Task description: What this exercise calls for is an exact copy of the data.

Given records:
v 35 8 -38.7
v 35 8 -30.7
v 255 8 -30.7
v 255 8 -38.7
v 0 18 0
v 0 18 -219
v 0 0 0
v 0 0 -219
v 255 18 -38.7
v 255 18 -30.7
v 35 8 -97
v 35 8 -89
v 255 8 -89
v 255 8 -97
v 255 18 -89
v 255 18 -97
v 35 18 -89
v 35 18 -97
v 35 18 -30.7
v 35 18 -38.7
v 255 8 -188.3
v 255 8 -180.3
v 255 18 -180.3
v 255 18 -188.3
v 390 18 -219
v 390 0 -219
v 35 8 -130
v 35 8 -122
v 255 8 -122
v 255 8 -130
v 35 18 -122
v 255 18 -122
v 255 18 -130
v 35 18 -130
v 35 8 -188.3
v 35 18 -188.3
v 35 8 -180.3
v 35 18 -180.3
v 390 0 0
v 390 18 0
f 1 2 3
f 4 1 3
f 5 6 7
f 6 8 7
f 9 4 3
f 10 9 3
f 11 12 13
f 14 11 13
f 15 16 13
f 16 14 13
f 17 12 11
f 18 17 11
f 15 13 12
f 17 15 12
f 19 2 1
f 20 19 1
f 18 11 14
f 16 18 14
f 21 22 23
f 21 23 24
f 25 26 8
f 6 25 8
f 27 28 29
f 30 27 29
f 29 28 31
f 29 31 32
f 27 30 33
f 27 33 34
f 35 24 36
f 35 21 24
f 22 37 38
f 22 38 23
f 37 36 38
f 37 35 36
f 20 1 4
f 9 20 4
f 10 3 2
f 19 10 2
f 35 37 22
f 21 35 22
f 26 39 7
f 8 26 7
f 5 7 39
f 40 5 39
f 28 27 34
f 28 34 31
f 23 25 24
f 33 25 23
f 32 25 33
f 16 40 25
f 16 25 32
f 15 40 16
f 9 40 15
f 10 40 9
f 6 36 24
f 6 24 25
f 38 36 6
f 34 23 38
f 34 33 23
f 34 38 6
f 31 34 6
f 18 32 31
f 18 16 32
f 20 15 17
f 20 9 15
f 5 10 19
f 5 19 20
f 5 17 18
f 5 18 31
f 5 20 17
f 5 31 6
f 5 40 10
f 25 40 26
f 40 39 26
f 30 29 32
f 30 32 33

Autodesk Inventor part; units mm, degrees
ref_plane "YZ Plane" through (0, 0, 0) normal (1, 0, 0) x (0, 1, 0)
ref_plane "XZ Plane" through (0, 0, 0) normal (0, 1, 0) x (-1, 0, 0)
ref_plane "XY Plane" through (0, 0, 0) normal (0, 0, 1) x (1, 0, 0)
sketch "Sketch1" plane through (0, 0, 0) normal (0, 1, 0) x (-1, 0, 0)
  line L0 (0, 0) -> (-390, 0)
  line L1 (-390, 0) -> (-390, -219)
  line L2 (-390, -219) -> (0, -219)
  line L3 (0, -219) -> (0, 0)
  line L4 (-35, -38.7) -> (-255, -38.7)
  line L5 (-255, -38.7) -> (-255, -30.7)
  line L6 (-255, -30.7) -> (-35, -30.7)
  line L7 (-35, -30.7) -> (-35, -38.7)
  line L8 (-35, -97) -> (-255, -97)
  line L9 (-255, -97) -> (-255, -89)
  line L10 (-255, -89) -> (-35, -89)
  line L11 (-35, -89) -> (-35, -97)
  line L12 (68.8158, -109.5) -> (84.9045, -109.5) construction
  line L13 (-35, -180.3) -> (-255, -180.3)
  line L14 (-255, -180.3) -> (-255, -188.3)
  line L15 (-255, -188.3) -> (-35, -188.3)
  line L16 (-35, -188.3) -> (-35, -180.3)
  line L17 (-35, -122) -> (-255, -122)
  line L18 (-255, -122) -> (-255, -130)
  line L19 (-255, -130) -> (-35, -130)
  line L20 (-35, -130) -> (-35, -122)
  point P0 (0, -109.5)
  point P1 (76.8601, -109.5)
  dimension "d0" = 219
  dimension "d1" = 50.3
  dimension "d2" = 8
  dimension "d3" = 8
  dimension "d4" = 35
  dimension "d6" = 220
  dimension "d7" = 25
  dimension "d8" = 30.7
  dimension "d9" = 30.7
  dimension "d12" = 390
extrude "Extrusion1" add sketch "Sketch1" along normal blind 18
sketch "Sketch3" plane through (0, 0, 0) normal (0, -1, 0) x (1, 0, 0)
  line L0 (390, -219) -> (0, -219) projected
  line L1 (0, 0) -> (390, 0)
  line L2 (390, 0) -> (390, -219)
  line L3 (390, -219) -> (0, -219)
  line L4 (0, -219) -> (0, 0)
  point P0 (0, -219)
extrude "Extrusion2" add sketch "Sketch3" against normal blind 8
sketch "Sketch4" plane through (0, 18, 0) normal (0, 1, 0) x (1, 0, 0)
  line L0 (375, 15) -> (270, 15)
  line L1 (270, 15) -> (270, 204)
  line L2 (270, 204) -> (375, 204)
  line L3 (375, 204) -> (375, 15)
  line L4 (390, 0) -> (390, 219) projected
  line L5 (390, 219) -> (0, 219) projected
  line L6 (0, 0) -> (390, 0) projected
  line L7 (255, 130) -> (255, 122) projected
  line L8 (270, 204) -> (374.9963, 204) construction
  line L9 (374.9963, 204) -> (374.9963, 14.9979) construction
  line L10 (374.9963, 14.9979) -> (270, 14.9979) construction
  line L11 (270, 14.9979) -> (270, 204) construction
  point P0 (375, 109.5)
  point P1 (390, 109.5)
  dimension "d24" = 105
  dimension "d25" = 189
  dimension "d27" = 15
properties part number "dubpen-platform"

Solution for this task:
v 35 8 -38.7
v 35 8 -30.7
v 255 8 -30.7
v 255 8 -38.7
v 0 18 0
v 0 18 -219
v 0 0 0
v 0 0 -219
v 255 18 -38.7
v 255 18 -30.7
v 35 8 -97
v 35 8 -89
v 255 8 -89
v 255 8 -97
v 255 18 -89
v 255 18 -97
v 35 18 -89
v 35 18 -97
v 35 18 -30.7
v 35 18 -38.7
v 255 8 -188.3
v 255 8 -180.3
v 255 18 -180.3
v 255 18 -188.3
v 390 18 -219
v 390 0 -219
v 35 8 -130
v 35 8 -122
v 255 8 -122
v 255 8 -130
v 35 18 -122
v 255 18 -122
v 255 18 -130
v 35 18 -130
v 35 8 -188.3
v 35 18 -188.3
v 35 8 -180.3
v 35 18 -180.3
v 390 0 0
v 390 18 0
f 1 2 3
f 4 1 3
f 5 6 7
f 6 8 7
f 9 4 3
f 10 9 3
f 11 12 13
f 14 11 13
f 15 16 13
f 16 14 13
f 17 12 11
f 18 17 11
f 15 13 12
f 17 15 12
f 19 2 1
f 20 19 1
f 18 11 14
f 16 18 14
f 21 22 23
f 21 23 24
f 25 26 8
f 6 25 8
f 27 28 29
f 30 27 29
f 29 28 31
f 29 31 32
f 27 30 33
f 27 33 34
f 35 24 36
f 35 21 24
f 22 37 38
f 22 38 23
f 37 36 38
f 37 35 36
f 20 1 4
f 9 20 4
f 10 3 2
f 19 10 2
f 35 37 22
f 21 35 22
f 26 39 7
f 8 26 7
f 5 7 39
f 40 5 39
f 28 27 34
f 28 34 31
f 23 25 24
f 33 25 23
f 32 25 33
f 16 40 25
f 16 25 32
f 15 40 16
f 9 40 15
f 10 40 9
f 6 36 24
f 6 24 25
f 38 36 6
f 34 23 38
f 34 33 23
f 34 38 6
f 31 34 6
f 18 32 31
f 18 16 32
f 20 15 17
f 20 9 15
f 5 10 19
f 5 19 20
f 5 17 18
f 5 18 31
f 5 20 17
f 5 31 6
f 5 40 10
f 25 40 26
f 40 39 26
f 30 29 32
f 30 32 33

Autodesk Inventor part; units mm, degrees
ref_plane "YZ Plane" through (0, 0, 0) normal (1, 0, 0) x (0, 1, 0)
ref_plane "XZ Plane" through (0, 0, 0) normal (0, 1, 0) x (-1, 0, 0)
ref_plane "XY Plane" through (0, 0, 0) normal (0, 0, 1) x (1, 0, 0)
sketch "Sketch1" plane through (0, 0, 0) normal (0, 1, 0) x (-1, 0, 0)
  line L0 (0, 0) -> (-390, 0)
  line L1 (-390, 0) -> (-390, -219)
  line L2 (-390, -219) -> (0, -219)
  line L3 (0, -219) -> (0, 0)
  line L4 (-35, -38.7) -> (-255, -38.7)
  line L5 (-255, -38.7) -> (-255, -30.7)
  line L6 (-255, -30.7) -> (-35, -30.7)
  line L7 (-35, -30.7) -> (-35, -38.7)
  line L8 (-35, -97) -> (-255, -97)
  line L9 (-255, -97) -> (-255, -89)
  line L10 (-255, -89) -> (-35, -89)
  line L11 (-35, -89) -> (-35, -97)
  line L12 (68.8158, -109.5) -> (84.9045, -109.5) construction
  line L13 (-35, -180.3) -> (-255, -180.3)
  line L14 (-255, -180.3) -> (-255, -188.3)
  line L15 (-255, -188.3) -> (-35, -188.3)
  line L16 (-35, -188.3) -> (-35, -180.3)
  line L17 (-35, -122) -> (-255, -122)
  line L18 (-255, -122) -> (-255, -130)
  line L19 (-255, -130) -> (-35, -130)
  line L20 (-35, -130) -> (-35, -122)
  point P0 (0, -109.5)
  point P1 (76.8601, -109.5)
  dimension "d0" = 219
  dimension "d1" = 50.3
  dimension "d2" = 8
  dimension "d3" = 8
  dimension "d4" = 35
  dimension "d6" = 220
  dimension "d7" = 25
  dimension "d8" = 30.7
  dimension "d9" = 30.7
  dimension "d12" = 390
extrude "Extrusion1" add sketch "Sketch1" along normal blind 18
sketch "Sketch3" plane through (0, 0, 0) normal (0, -1, 0) x (1, 0, 0)
  line L0 (390, -219) -> (0, -219) projected
  line L1 (0, 0) -> (390, 0)
  line L2 (390, 0) -> (390, -219)
  line L3 (390, -219) -> (0, -219)
  line L4 (0, -219) -> (0, 0)
  point P0 (0, -219)
extrude "Extrusion2" add sketch "Sketch3" against normal blind 8
sketch "Sketch4" plane through (0, 18, 0) normal (0, 1, 0) x (1, 0, 0)
  line L0 (375, 15) -> (270, 15)
  line L1 (270, 15) -> (270, 204)
  line L2 (270, 204) -> (375, 204)
  line L3 (375, 204) -> (375, 15)
  line L4 (390, 0) -> (390, 219) projected
  line L5 (390, 219) -> (0, 219) projected
  line L6 (0, 0) -> (390, 0) projected
  line L7 (255, 130) -> (255, 122) projected
  line L8 (270, 204) -> (374.9963, 204) construction
  line L9 (374.9963, 204) -> (374.9963, 14.9979) construction
  line L10 (374.9963, 14.9979) -> (270, 14.9979) construction
  line L11 (270, 14.9979) -> (270, 204) construction
  point P0 (375, 109.5)
  point P1 (390, 109.5)
  dimension "d24" = 105
  dimension "d25" = 189
  dimension "d27" = 15
properties part number "dubpen-platform"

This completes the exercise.